Pace pace mapping

Posted on 5 Apr 2015
Tags: running, visualization, python

If you don’t want to hear about code, just scroll down until you see an image!

Matplotlib’s `hexbin` functionality is remarkable, even by the standards of other hexagonal binning packages such as the `hexbin` package for R. To see why, we can take a look into the function’s (judiciously trimmed) docstring:

``````Make a hexagonal binning plot.

Call signature::

hexbin(x, y, C = None, [...]
reduce_C_function = np.mean, [...])

Make a hexagonal binning plot of *x* versus *y*, where *x*,
*y* are 1-D sequences of the same length, *N*. If *C* is *None*
(the default), this is a histogram of the number of occurences
of the observations at (x[i],y[i]).

If *C* is specified, it specifies values at the coordinate
(x[i],y[i]). These values are accumulated for each hexagonal
bin and then reduced according to *reduce_C_function*, which
defaults to numpy's mean function (np.mean).``````

Let’s unpack this in the context of the running visualization I’ve been experimenting with. My raw data is a collection of GPS tracks for my runs, which themselves are a sequence of latitude-longitude coordinates paired with times. With a little processing, these can be coordinates paired with duration spent around that location. The longitude, latitude, and duration are the respective `x`, `y`, and `C`.

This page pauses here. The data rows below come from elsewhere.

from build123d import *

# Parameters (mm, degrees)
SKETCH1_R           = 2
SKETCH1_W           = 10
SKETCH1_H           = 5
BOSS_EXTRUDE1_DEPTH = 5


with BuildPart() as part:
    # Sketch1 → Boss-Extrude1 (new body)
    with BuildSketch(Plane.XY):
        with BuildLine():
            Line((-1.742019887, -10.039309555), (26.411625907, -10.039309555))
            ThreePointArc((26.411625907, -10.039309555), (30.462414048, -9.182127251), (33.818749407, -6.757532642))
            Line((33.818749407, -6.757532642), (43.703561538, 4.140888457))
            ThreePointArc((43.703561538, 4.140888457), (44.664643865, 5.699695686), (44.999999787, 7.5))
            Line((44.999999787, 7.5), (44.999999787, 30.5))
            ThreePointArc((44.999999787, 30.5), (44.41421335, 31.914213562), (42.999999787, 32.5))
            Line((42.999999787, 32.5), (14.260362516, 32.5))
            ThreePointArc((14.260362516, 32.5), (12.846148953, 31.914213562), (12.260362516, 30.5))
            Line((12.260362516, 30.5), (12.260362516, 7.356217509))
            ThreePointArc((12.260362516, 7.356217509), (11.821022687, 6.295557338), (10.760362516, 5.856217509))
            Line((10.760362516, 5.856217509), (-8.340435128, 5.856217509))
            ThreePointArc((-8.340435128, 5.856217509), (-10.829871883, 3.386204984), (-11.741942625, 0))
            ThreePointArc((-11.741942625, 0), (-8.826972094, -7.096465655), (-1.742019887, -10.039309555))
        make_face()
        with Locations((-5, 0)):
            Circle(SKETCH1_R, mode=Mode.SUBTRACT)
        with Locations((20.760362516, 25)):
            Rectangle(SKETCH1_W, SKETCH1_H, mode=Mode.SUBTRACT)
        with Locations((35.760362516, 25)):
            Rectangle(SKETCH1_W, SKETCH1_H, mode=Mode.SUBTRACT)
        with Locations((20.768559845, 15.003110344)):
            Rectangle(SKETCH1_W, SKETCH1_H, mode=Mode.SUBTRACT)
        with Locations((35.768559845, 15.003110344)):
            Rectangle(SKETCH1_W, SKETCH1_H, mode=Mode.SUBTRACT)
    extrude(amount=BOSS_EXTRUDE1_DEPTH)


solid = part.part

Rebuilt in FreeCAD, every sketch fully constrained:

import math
import FreeCAD as App
import Part
import Sketcher

V = App.Vector

doc = App.newDocument("Part")
body = doc.addObject("PartDesign::Body", "Body")

# Sketch on XY plane
sketch1 = body.newObject("Sketcher::SketchObject", "Sketch")
sketch1.AttachmentSupport = (doc.getObject("XY_Plane"), [""])
sketch1.MapMode = "FlatFace"
sketch1.addGeometry([
    Part.LineSegment(V(-1.74202, -10.03931, 0), V(26.411626, -10.03931, 0)),  # 0
    Part.ArcOfCircle(Part.Circle(V(26.411626, -0.03931, 0), V(0, 0, 1), 10), math.radians(-90), math.radians(-42.207868)),  # 1
    Part.LineSegment(V(33.818749, -6.757533, 0), V(43.703562, 4.140888, 0)),  # 2
    Part.ArcOfCircle(Part.Circle(V(40, 7.5, 0), V(0, 0, 1), 5), math.radians(-42.207868), math.radians(0)),  # 3
    Part.LineSegment(V(45, 7.5, 0), V(45, 30.5, 0)),  # 4
    Part.ArcOfCircle(Part.Circle(V(43, 30.5, 0), V(0, 0, 1), 2), math.radians(0), math.radians(90)),  # 5
    Part.LineSegment(V(43, 32.5, 0), V(14.260363, 32.5, 0)),  # 6
    Part.ArcOfCircle(Part.Circle(V(14.260363, 30.5, 0), V(0, 0, 1), 2), math.radians(90), math.radians(180)),  # 7
    Part.LineSegment(V(12.260363, 30.5, 0), V(12.260363, 7.356218, 0)),  # 8
    Part.ArcOfCircle(Part.Circle(V(10.760363, 7.356218, 0), V(0, 0, 1), 1.5), math.radians(-90), math.radians(0)),  # 9
    Part.LineSegment(V(10.760363, 5.856218, 0), V(-8.340435, 5.856218, 0)),  # 10
    Part.ArcOfCircle(Part.Circle(V(-5, 0, 0), V(0, 0, 1), 6.741943), math.radians(119.700795), math.radians(180)),  # 11
    Part.ArcOfCircle(Part.Circle(V(-1.74202, -0.03931, 0), V(0, 0, 1), 10), math.radians(179.774772), math.radians(270)),  # 12
    Part.Circle(V(-5, 0, 0), V(0, 0, 1), 2),  # 13
    Part.LineSegment(V(25.76856, 12.50311, 0), V(15.76856, 12.50311, 0)),  # 14
    Part.LineSegment(V(15.76856, 12.50311, 0), V(15.76856, 17.50311, 0)),  # 15
    Part.LineSegment(V(15.76856, 17.50311, 0), V(25.76856, 17.50311, 0)),  # 16
    Part.LineSegment(V(25.76856, 17.50311, 0), V(25.76856, 12.50311, 0)),  # 17
    Part.LineSegment(V(40.76856, 12.50311, 0), V(30.76856, 12.50311, 0)),  # 18
    Part.LineSegment(V(30.76856, 12.50311, 0), V(30.76856, 17.50311, 0)),  # 19
    Part.LineSegment(V(30.76856, 17.50311, 0), V(40.76856, 17.50311, 0)),  # 20
    Part.LineSegment(V(40.76856, 17.50311, 0), V(40.76856, 12.50311, 0)),  # 21
    Part.LineSegment(V(25.760363, 22.5, 0), V(15.760363, 22.5, 0)),  # 22
    Part.LineSegment(V(15.760363, 22.5, 0), V(15.760363, 27.5, 0)),  # 23
    Part.LineSegment(V(15.760363, 27.5, 0), V(25.760363, 27.5, 0)),  # 24
    Part.LineSegment(V(25.760363, 27.5, 0), V(25.760363, 22.5, 0)),  # 25
    Part.LineSegment(V(40.760363, 22.5, 0), V(30.760363, 22.5, 0)),  # 26
    Part.LineSegment(V(30.760363, 22.5, 0), V(30.760363, 27.5, 0)),  # 27
    Part.LineSegment(V(30.760363, 27.5, 0), V(40.760363, 27.5, 0)),  # 28
    Part.LineSegment(V(40.760363, 27.5, 0), V(40.760363, 22.5, 0)),  # 29
], False)
sketch1.addConstraint([
    Sketcher.Constraint("Tangent", 0, 2, 1, 1),
    Sketcher.Constraint("Tangent", 1, 2, 2, 1),
    Sketcher.Constraint("Tangent", 2, 2, 3, 1),
    Sketcher.Constraint("Tangent", 3, 2, 4, 1),
    Sketcher.Constraint("Tangent", 4, 2, 5, 1),
    Sketcher.Constraint("Tangent", 5, 2, 6, 1),
    Sketcher.Constraint("Tangent", 6, 2, 7, 1),
    Sketcher.Constraint("Tangent", 7, 2, 8, 1),
    Sketcher.Constraint("Tangent", 8, 2, 9, 2),
    Sketcher.Constraint("Tangent", 9, 1, 10, 1),
    Sketcher.Constraint("Coincident", 10, 2, 11, 1),
    Sketcher.Constraint("Coincident", 11, 2, 12, 1),
    Sketcher.Constraint("Tangent", 12, 2, 0, 1),
    Sketcher.Constraint("Coincident", 14, 2, 15, 1),
    Sketcher.Constraint("Coincident", 15, 2, 16, 1),
    Sketcher.Constraint("Coincident", 16, 2, 17, 1),
    Sketcher.Constraint("Coincident", 17, 2, 14, 1),
    Sketcher.Constraint("Coincident", 18, 2, 19, 1),
    Sketcher.Constraint("Coincident", 19, 2, 20, 1),
    Sketcher.Constraint("Coincident", 20, 2, 21, 1),
    Sketcher.Constraint("Coincident", 21, 2, 18, 1),
    Sketcher.Constraint("Coincident", 22, 2, 23, 1),
    Sketcher.Constraint("Coincident", 23, 2, 24, 1),
    Sketcher.Constraint("Coincident", 24, 2, 25, 1),
    Sketcher.Constraint("Coincident", 25, 2, 22, 1),
    Sketcher.Constraint("Coincident", 26, 2, 27, 1),
    Sketcher.Constraint("Coincident", 27, 2, 28, 1),
    Sketcher.Constraint("Coincident", 28, 2, 29, 1),
    Sketcher.Constraint("Coincident", 29, 2, 26, 1),
    Sketcher.Constraint("Horizontal", 0),
    Sketcher.Constraint("Vertical", 4),
    Sketcher.Constraint("Horizontal", 6),
    Sketcher.Constraint("Vertical", 8),
    Sketcher.Constraint("Horizontal", 10),
    Sketcher.Constraint("Horizontal", 14),
    Sketcher.Constraint("Vertical", 15),
    Sketcher.Constraint("Horizontal", 16),
    Sketcher.Constraint("Vertical", 17),
    Sketcher.Constraint("Horizontal", 18),
    Sketcher.Constraint("Vertical", 19),
    Sketcher.Constraint("Horizontal", 20),
    Sketcher.Constraint("Vertical", 21),
    Sketcher.Constraint("Horizontal", 22),
    Sketcher.Constraint("Vertical", 23),
    Sketcher.Constraint("Horizontal", 24),
    Sketcher.Constraint("Vertical", 25),
    Sketcher.Constraint("Horizontal", 26),
    Sketcher.Constraint("Vertical", 27),
    Sketcher.Constraint("Horizontal", 28),
    Sketcher.Constraint("Vertical", 29),
    Sketcher.Constraint("Coincident", 13, 3, 11, 3),
    Sketcher.Constraint("Equal", 5, 7),
    Sketcher.Constraint("Equal", 1, 12),
    Sketcher.Constraint("Equal", 7, 13),
    Sketcher.Constraint("PointOnObject", 11, 3, -1),
    Sketcher.Constraint("PointOnObject", 11, 2, -1),
    Sketcher.Constraint("Horizontal", 17, 2, 18, 2),
    Sketcher.Constraint("Horizontal", 16, 2, 19, 2),
    Sketcher.Constraint("Horizontal", 25, 2, 26, 2),
    Sketcher.Constraint("Horizontal", 24, 2, 27, 2),
    Sketcher.Constraint("Equal", 16, 18),
    Sketcher.Constraint("Equal", 20, 22),
    Sketcher.Constraint("Equal", 24, 26),
    Sketcher.Constraint("Equal", 21, 23),
    Sketcher.Constraint("Diameter", 13, 4.0),
    Sketcher.Constraint("Radius", 1, 10.0),
    Sketcher.Constraint("Radius", 3, 5.0),
    Sketcher.Constraint("Radius", 9, 1.5),
    Sketcher.Constraint("DistanceX", 14, 2, 14, 1, 10.0),
    Sketcher.Constraint("DistanceY", 4, 1, 4, 2, 23.0),
    Sketcher.Constraint("DistanceY", 15, 1, 15, 2, 5.0),
    Sketcher.Constraint("DistanceX", -1, 1, 3, 3, 40.0),
    Sketcher.Constraint("DistanceX", 11, 3, -1, 1, 5.0),
    Sketcher.Constraint("DistanceX", 17, 2, 18, 2, 5.0),
    Sketcher.Constraint("DistanceY", 22, 2, 7, 3, 8.0),
    Sketcher.Constraint("DistanceX", 25, 2, 26, 2, 5.0),
    Sketcher.Constraint("DistanceY", -1, 1, 3, 3, 7.5),
    Sketcher.Constraint("DistanceX", 7, 3, 22, 2, 1.5),
    Sketcher.Constraint("Radius", 11, 6.741943),
    Sketcher.Constraint("DistanceX", 21, 2, 2, 2, 2.935002),
    Sketcher.Constraint("DistanceY", 1, 3, 2, 2, 4.180198),
    Sketcher.Constraint("DistanceX", 0, 1, 0, 2, 28.153646),
    Sketcher.Constraint("DistanceX", 6, 2, 6, 1, 28.739637),
    Sketcher.Constraint("DistanceX", 10, 2, 10, 1, 19.100798),
    Sketcher.Constraint("DistanceY", -1, 1, 14, 2, 12.50311),
])
pad1 = body.newObject("PartDesign::Pad", "Pad")
pad1.Profile = sketch1
pad1.Length = 5

doc.recompute()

The `reduce_C_function` is just a way of turning a list of values into a number.1 For the visualization that shows the total time spent in each region, I can use the `np.sum` function, which adds up all the durations that have been accumulated into the bin.

(Exercise to the reader: if `hexbin` didn’t accept `C = None`, what `C` and `reduce_C_function` could you use to recover ordinary histogram behavior?)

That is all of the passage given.